While the stock market was blistering hot last year, the energy sector was left out in the cold. In fact, the average energy master limited partnership (MLP) declined 14.4% last year, vastly underperforming both oil prices and the S&P 500. That said, while 2017 was a down one for most MLPs, it was an incredible year for Noble Midstream Partners (NBLX), which was one of the best performers in the sector.
Though last year's 38.9% gain will be hard to repeat in 2018, Noble Midstream still has plenty of growth left in the tank. Investors can expect the company to continue rapidly increasing its distribution, which could help it deliver market-beating total returns in the coming years.
Rookie of the year
Last year was Noble Midstream Partners' first full one as a public partnership after having completed its IPO in September 2016. Its parent company, oil and gas producer Noble Energy (NBL), initially seeded the MLP with some of its midstream infrastructure assets in the U.S. to provide it with an expandable platform. Noble Midstream quickly got to work growing that base in early 2017, joining forces in February with oil pipeline giant Plains All American Pipeline (PAA -3.43%) in a 50-50 joint venture to acquire the Advantage Pipeline for $133 million. Not only did the deal provide Noble Midstream with another income stream, but it helped link Noble Energy's growing oil production in the Delaware Basin to Plain's premier pipeline network.
However, that deal was just the beginning. In April, Noble Energy agreed to dedicate some recently acquired acreage in Texas to Noble Midstream's system, which would enable the company to build out the infrastructure needed to connect future wells to its network. In June, Noble Midstream signed an agreement with Noble Energy to increase its interest in two midstream systems for $270 million.
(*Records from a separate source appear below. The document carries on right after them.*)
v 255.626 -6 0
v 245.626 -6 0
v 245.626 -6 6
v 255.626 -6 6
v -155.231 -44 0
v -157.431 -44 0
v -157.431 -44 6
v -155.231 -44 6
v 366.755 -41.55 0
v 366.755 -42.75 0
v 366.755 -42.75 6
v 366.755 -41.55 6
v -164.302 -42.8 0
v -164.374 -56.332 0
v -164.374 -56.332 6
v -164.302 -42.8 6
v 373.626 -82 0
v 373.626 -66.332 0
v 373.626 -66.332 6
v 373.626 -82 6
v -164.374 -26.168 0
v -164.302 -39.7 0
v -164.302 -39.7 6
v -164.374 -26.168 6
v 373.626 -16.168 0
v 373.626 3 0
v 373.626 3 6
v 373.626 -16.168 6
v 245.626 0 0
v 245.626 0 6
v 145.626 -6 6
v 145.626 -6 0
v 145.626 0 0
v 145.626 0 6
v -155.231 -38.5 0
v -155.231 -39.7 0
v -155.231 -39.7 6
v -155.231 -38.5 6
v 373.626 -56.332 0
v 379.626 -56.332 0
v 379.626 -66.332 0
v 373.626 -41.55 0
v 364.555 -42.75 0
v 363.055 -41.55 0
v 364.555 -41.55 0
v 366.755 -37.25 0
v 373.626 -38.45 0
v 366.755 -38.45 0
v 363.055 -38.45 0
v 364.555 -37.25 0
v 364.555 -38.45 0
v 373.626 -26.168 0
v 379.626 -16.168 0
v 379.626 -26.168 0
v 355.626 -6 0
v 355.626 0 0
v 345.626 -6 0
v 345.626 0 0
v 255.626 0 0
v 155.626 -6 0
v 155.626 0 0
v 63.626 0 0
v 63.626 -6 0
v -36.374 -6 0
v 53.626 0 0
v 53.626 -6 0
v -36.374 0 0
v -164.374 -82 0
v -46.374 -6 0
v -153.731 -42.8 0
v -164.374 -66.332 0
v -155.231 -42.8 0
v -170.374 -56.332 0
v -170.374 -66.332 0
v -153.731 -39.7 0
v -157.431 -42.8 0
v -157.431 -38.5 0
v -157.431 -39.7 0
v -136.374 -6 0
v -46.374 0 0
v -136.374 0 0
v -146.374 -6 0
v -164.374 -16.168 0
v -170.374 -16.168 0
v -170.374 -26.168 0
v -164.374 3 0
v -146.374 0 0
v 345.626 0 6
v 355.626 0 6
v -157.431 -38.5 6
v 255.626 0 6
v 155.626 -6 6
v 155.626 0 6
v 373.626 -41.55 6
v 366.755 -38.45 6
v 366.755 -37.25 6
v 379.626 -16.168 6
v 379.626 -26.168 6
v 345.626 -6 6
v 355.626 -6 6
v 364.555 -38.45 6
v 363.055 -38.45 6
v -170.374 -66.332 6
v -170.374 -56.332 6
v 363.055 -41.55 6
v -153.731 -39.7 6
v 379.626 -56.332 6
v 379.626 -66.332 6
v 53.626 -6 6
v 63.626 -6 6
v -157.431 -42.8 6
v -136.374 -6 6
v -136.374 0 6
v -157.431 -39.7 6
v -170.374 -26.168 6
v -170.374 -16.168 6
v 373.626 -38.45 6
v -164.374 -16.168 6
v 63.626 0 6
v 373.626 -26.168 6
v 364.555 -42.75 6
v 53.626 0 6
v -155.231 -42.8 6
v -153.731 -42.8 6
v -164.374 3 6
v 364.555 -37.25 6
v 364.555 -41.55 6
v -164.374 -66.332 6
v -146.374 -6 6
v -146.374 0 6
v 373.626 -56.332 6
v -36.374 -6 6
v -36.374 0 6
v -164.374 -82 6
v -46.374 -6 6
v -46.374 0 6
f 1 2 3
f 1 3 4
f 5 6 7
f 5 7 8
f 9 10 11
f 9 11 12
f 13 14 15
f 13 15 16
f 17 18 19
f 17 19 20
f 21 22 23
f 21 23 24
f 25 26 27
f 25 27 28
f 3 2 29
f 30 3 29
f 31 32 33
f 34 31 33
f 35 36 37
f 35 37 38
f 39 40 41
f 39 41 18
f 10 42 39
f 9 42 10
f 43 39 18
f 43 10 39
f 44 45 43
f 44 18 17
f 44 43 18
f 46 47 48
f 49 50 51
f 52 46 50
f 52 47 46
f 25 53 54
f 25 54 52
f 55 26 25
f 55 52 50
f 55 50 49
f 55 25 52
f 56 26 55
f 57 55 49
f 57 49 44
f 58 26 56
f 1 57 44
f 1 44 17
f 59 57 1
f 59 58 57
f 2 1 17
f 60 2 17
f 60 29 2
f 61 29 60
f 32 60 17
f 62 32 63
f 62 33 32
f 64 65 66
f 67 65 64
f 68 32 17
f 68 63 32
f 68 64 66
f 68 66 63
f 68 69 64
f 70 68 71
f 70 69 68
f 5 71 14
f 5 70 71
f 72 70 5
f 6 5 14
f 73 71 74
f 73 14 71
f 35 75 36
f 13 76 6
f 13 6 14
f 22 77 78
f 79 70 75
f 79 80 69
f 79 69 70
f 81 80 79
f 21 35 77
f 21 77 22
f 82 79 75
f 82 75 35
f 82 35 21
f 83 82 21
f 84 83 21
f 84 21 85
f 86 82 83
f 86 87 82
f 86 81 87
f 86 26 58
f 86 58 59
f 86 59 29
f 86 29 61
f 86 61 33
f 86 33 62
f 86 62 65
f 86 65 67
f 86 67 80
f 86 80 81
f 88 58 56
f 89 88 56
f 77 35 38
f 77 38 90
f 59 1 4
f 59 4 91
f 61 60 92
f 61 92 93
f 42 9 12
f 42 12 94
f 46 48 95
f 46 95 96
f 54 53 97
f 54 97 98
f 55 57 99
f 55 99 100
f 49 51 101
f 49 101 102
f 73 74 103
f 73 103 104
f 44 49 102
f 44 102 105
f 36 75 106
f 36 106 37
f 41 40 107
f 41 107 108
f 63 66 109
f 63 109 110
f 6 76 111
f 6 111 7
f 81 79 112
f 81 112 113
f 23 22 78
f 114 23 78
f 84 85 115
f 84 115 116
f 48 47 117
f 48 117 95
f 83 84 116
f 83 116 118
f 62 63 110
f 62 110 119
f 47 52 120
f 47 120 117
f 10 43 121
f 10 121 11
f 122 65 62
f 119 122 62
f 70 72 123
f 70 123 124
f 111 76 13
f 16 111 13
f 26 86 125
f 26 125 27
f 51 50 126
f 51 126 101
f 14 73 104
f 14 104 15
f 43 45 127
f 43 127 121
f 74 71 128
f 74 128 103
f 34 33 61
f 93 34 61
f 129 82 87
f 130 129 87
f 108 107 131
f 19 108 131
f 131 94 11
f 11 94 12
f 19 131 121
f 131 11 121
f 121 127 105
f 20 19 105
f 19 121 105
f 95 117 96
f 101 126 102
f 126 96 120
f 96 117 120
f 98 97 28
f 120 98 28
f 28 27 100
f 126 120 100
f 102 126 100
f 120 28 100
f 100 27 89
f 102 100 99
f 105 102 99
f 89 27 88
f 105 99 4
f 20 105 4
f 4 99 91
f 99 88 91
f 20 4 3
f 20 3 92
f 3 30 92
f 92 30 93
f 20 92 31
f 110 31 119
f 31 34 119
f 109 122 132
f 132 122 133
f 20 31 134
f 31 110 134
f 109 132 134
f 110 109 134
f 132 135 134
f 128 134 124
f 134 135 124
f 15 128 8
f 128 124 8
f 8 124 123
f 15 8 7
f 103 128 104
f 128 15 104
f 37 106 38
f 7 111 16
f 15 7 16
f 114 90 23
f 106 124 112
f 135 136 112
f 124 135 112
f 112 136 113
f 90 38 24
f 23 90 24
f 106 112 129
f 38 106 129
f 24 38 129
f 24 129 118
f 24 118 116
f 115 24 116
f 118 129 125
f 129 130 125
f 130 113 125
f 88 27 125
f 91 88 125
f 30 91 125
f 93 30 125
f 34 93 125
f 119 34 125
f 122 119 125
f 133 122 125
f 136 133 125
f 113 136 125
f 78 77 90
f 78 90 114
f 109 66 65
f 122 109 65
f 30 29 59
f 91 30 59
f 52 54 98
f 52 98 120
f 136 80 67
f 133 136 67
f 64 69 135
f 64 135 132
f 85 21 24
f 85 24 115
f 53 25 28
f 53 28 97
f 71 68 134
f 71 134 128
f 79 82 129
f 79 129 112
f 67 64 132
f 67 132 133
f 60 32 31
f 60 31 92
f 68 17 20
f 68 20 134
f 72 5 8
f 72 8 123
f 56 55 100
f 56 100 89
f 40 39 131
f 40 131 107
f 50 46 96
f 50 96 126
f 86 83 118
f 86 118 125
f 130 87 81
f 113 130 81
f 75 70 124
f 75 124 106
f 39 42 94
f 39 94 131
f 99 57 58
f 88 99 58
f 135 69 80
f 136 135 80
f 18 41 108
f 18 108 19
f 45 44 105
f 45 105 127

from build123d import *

# Parameters (mm, degrees)
SKETCH_1_W      = 10
SKETCH_1_H      = 6
EXTRUDE_1_DEPTH = 6


with BuildPart() as part:
    # Эскиз1 → Бобышка-Вытянуть1 (new body)
    with BuildSketch(Plane.XY):
        Polygon((-164.373633731, 3), (373.626366269, 3), (373.626366269, -16.168156269), (379.626366269, -16.168156269), (379.626366269, -26.168156269), (373.626366269, -26.168156269), (373.626366269, -38.45), (366.754885836, -38.45), (366.754885836, -37.25), (364.554885836, -37.25), (364.554885836, -38.45), (363.054885836, -38.45), (363.054885836, -41.55), (364.554885836, -41.55), (364.554885836, -42.75), (366.754885836, -42.75), (366.754885836, -41.55), (373.626366269, -41.55), (373.626366269, -56.331843731), (379.626366269, -56.331843731), (379.626366269, -66.331843731), (373.626366269, -66.331843731), (373.626366269, -82), (-164.373633731, -82), (-164.373633731, -66.331843731), (-170.373633731, -66.331843731), (-170.373633731, -56.331843731), (-164.373633731, -56.331843731), (-164.302153297, -42.8), (-164.230672864, -42.8), (-157.430672864, -42.8), (-157.430672864, -44), (-155.230672864, -44), (-155.230672864, -42.8), (-153.730672864, -42.8), (-153.730672864, -39.7), (-155.230672864, -39.7), (-155.230672864, -38.5), (-157.430672864, -38.5), (-157.430672864, -39.7), (-164.230672864, -39.7), (-164.302153297, -39.7), (-164.373633731, -26.168156269), (-170.373633731, -26.168156269), (-170.373633731, -16.168156269), (-164.373633731, -16.168156269), align=None)
        with Locations((-141.373633731, -3)):
            Rectangle(SKETCH_1_W, SKETCH_1_H, mode=Mode.SUBTRACT)
        with Locations((-41.373633731, -3)):
            Rectangle(SKETCH_1_W, SKETCH_1_H, mode=Mode.SUBTRACT)
        with Locations((58.626366269, -3)):
            Rectangle(SKETCH_1_W, SKETCH_1_H, mode=Mode.SUBTRACT)
        with Locations((150.626366269, -3)):
            Rectangle(SKETCH_1_W, SKETCH_1_H, mode=Mode.SUBTRACT)
        with Locations((250.626366269, -3)):
            Rectangle(SKETCH_1_W, SKETCH_1_H, mode=Mode.SUBTRACT)
        with Locations((350.626366269, -3)):
            Rectangle(SKETCH_1_W, SKETCH_1_H, mode=Mode.SUBTRACT)
    extrude(amount=EXTRUDE_1_DEPTH)


solid = part.part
These deals helped fuel significant cash flow and distribution growth for Noble Midstream last year. After generating $25.3 million in distributable cash flow (DCF) in 2016, the company was on pace to produce $134 million to $140 million in DCF last year. That enabled the company to grow its distribution by 20% while maintaining a very conservative coverage ratio of more than 2.0 times. Because of that, the MLP's 3.4% payout is on a firm foundation.
Topping off the tank
While 2017 was an incredible year for Noble Midstream, 2018 could be just as good. That's because the company ended last year with a bang by joining forces with private equity-backed Greenfield Midstream to form a 50-50 joint venture to acquire the Saddle Butte Rockies Midstream system for $625 million. That deal will significantly expand the company's operations in the DJ Basin while diversifying its customer base, since PDC Energy (PDCE) is the top user of that system. Furthermore, PDC Energy said that it would expand the acreage it dedicates to the system, and extend its contract by another five years, bringing the total duration up to 12 years. That will provide Noble Midstream with a growing income stream from this system for more than a decade.
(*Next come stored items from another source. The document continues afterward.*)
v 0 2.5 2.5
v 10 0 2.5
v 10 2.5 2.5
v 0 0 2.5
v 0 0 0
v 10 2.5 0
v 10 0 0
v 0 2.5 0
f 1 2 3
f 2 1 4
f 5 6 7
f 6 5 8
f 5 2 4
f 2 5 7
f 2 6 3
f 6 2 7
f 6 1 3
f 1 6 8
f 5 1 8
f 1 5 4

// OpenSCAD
// the most complex CAD model you've ever seen!
cube(size=[10, 2.5, 2.5]);
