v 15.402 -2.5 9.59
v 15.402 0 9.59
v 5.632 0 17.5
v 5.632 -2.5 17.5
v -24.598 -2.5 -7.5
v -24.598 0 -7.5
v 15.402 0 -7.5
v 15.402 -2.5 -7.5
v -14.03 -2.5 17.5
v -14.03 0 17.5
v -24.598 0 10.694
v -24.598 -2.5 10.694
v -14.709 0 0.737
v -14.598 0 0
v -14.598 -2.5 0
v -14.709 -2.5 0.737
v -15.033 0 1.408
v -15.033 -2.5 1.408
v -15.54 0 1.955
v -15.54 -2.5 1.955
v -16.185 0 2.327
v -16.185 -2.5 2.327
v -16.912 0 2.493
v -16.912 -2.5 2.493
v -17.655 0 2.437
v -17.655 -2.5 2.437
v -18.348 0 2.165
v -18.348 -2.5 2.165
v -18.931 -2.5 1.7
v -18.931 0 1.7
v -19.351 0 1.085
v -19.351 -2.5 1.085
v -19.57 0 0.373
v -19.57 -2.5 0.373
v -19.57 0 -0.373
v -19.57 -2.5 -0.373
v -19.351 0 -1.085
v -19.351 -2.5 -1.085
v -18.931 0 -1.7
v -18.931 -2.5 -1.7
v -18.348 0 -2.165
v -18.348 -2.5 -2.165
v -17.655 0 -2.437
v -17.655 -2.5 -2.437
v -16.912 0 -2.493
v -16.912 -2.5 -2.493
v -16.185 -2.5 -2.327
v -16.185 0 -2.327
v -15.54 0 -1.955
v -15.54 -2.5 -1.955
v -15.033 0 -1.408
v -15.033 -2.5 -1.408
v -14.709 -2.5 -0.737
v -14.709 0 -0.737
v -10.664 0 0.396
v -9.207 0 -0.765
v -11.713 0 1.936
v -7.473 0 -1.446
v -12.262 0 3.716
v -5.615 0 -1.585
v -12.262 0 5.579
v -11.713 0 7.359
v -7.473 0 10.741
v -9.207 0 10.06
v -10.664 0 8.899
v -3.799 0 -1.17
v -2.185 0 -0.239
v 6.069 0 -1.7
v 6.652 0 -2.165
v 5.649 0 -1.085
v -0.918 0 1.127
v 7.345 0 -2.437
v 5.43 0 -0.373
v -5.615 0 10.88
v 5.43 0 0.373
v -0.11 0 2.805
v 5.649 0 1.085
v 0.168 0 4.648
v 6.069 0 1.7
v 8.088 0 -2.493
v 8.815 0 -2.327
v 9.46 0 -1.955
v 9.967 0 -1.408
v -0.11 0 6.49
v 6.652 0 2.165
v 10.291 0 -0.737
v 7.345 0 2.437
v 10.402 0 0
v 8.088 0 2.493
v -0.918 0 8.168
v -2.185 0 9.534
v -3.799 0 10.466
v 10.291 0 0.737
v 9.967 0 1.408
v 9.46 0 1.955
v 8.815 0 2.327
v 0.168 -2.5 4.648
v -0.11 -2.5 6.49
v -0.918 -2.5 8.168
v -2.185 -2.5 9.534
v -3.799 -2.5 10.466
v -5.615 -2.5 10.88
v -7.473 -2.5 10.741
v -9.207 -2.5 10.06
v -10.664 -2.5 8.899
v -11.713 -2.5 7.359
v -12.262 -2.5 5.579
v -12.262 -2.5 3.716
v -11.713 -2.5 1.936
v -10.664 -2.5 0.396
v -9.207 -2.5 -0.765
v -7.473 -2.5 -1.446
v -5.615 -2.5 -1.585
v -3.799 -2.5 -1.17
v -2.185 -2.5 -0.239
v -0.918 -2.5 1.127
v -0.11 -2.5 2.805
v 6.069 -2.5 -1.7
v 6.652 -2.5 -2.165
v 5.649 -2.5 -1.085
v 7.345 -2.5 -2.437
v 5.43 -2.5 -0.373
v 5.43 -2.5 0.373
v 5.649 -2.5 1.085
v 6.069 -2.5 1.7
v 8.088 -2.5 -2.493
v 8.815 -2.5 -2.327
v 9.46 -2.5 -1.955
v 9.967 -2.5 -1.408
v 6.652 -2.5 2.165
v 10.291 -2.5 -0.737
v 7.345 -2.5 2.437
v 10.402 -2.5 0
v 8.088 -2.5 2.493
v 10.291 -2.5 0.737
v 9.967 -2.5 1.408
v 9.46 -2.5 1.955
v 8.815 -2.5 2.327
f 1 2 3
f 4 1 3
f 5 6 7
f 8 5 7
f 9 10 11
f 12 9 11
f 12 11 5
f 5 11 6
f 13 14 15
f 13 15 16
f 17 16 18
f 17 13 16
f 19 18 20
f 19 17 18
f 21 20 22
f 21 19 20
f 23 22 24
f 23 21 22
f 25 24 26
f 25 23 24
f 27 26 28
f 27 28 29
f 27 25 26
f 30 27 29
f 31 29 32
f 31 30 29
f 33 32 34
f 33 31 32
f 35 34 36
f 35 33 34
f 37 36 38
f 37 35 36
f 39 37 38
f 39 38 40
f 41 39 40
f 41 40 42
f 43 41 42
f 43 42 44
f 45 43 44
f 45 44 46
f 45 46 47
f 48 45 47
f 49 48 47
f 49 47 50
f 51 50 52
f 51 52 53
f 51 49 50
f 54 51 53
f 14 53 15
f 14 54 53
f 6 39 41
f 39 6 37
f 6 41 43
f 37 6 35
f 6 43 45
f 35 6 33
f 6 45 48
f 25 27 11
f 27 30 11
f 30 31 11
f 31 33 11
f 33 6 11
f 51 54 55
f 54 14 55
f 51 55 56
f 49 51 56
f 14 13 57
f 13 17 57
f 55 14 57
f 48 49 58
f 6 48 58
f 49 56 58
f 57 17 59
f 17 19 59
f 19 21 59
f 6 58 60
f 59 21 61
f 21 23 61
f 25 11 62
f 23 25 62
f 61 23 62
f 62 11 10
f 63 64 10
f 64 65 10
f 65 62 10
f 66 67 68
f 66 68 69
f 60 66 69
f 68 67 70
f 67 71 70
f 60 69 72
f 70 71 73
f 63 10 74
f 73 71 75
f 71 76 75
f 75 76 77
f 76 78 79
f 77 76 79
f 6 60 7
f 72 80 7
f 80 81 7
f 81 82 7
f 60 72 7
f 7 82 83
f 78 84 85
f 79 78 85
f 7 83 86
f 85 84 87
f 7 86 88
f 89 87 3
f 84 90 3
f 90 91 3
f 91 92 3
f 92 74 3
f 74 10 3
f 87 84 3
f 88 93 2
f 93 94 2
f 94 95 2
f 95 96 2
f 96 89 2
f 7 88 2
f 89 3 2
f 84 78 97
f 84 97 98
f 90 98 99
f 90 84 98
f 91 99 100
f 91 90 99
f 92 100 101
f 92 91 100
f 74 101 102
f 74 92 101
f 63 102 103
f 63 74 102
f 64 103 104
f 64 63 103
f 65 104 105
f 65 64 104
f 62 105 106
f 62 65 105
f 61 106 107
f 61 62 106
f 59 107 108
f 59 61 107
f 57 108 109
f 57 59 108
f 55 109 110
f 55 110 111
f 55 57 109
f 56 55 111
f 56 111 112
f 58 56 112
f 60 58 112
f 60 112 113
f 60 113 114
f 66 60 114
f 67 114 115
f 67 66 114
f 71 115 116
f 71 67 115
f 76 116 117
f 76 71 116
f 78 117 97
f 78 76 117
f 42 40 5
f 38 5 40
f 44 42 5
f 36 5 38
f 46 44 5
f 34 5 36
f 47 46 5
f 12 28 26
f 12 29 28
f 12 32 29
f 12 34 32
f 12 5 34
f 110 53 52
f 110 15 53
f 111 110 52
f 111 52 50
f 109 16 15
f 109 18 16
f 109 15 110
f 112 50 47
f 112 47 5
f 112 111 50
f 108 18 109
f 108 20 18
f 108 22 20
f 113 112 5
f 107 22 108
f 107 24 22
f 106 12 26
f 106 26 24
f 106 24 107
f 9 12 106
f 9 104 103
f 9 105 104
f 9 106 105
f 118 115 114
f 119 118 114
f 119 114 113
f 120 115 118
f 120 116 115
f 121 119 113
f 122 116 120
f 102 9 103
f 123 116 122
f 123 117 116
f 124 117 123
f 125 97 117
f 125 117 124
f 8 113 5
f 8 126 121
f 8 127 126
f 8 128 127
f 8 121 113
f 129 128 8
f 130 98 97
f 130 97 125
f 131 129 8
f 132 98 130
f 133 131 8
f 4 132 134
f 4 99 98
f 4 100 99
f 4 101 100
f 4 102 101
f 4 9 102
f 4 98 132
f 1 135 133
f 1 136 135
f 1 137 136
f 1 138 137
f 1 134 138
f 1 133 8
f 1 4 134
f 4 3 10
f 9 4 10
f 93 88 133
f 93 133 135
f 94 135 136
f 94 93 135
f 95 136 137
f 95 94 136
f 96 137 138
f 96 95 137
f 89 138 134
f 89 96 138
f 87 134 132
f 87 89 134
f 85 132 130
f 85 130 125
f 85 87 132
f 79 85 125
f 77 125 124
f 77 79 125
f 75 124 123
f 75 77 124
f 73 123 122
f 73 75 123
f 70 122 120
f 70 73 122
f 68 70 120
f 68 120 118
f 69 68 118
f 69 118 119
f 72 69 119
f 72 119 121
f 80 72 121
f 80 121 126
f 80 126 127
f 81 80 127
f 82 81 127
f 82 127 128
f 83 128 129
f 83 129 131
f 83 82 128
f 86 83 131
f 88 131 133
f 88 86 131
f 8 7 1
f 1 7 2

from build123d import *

# Parameters (mm, degrees)
F0_R     = 2.5
F0_R_2   = 6.25
F1_DEPTH = 2.5


with BuildPart() as f1:
    # F0 (on Front) → F1 (new body)
    with BuildSketch(Plane.XZ):
        Polygon((-14.030276, 17.5), (-24.598361, 10.694085), (-24.598361, -7.5), (15.401639, -7.5), (15.401639, 9.590163), (5.632331, 17.5), align=None)
        with Locations((-17.098361, 0)):
            Circle(F0_R, mode=Mode.SUBTRACT)
        with Locations((-6.081968, 4.647542)):
            Circle(F0_R_2, mode=Mode.SUBTRACT)
        with Locations((7.901639, 0)):
            Circle(F0_R, mode=Mode.SUBTRACT)
    extrude(amount=F1_DEPTH)


solid = f1.part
This transaction will also provide an immediate boost to cash flow this year, supporting the company's ability to increase its distribution to investors by 20%. In addition to that, it helps extend that growth rate beyond the company's current forecast that it could keep up that pace through 2020.
Another driver of Noble Midstream's rapidly growing distribution is the considerable runway of organic expansion projects it has across its current midstream systems. In addition to that, the company has the financial resources to keep making acquisitions. For starters, it's retaining more than half its cash flow to help finance growth, and it ended the third quarter with a minuscule leverage ratio of 1.1. While leverage will rise after Noble Midstream closes the Saddle Butte deal, it will still have ample debt capacity to make acquisitions. Furthermore, after last year's top-tier performance, investors currently value the company's equity at a premium to other MLPs, which makes it easier to issue new units to help finance deals. These future transactions will likely be a combination of third-party deals like the partnership with Plains All American Pipeline to enhance its current operations as well as additional dropdowns with Noble Energy.
Big-time total return potential
Noble Midstream had an incredible rookie year, which sets it up to keep growing at a fast pace for the next several years. As a result, it doesn't look like this MLP will have a sophomore slump. Instead, it appears poised to provide investors with a fast-growing income stream along with an increasing valuation, which could fuel market-beating total returns in the coming years, making it a great income-growth stock to consider owning for the long haul.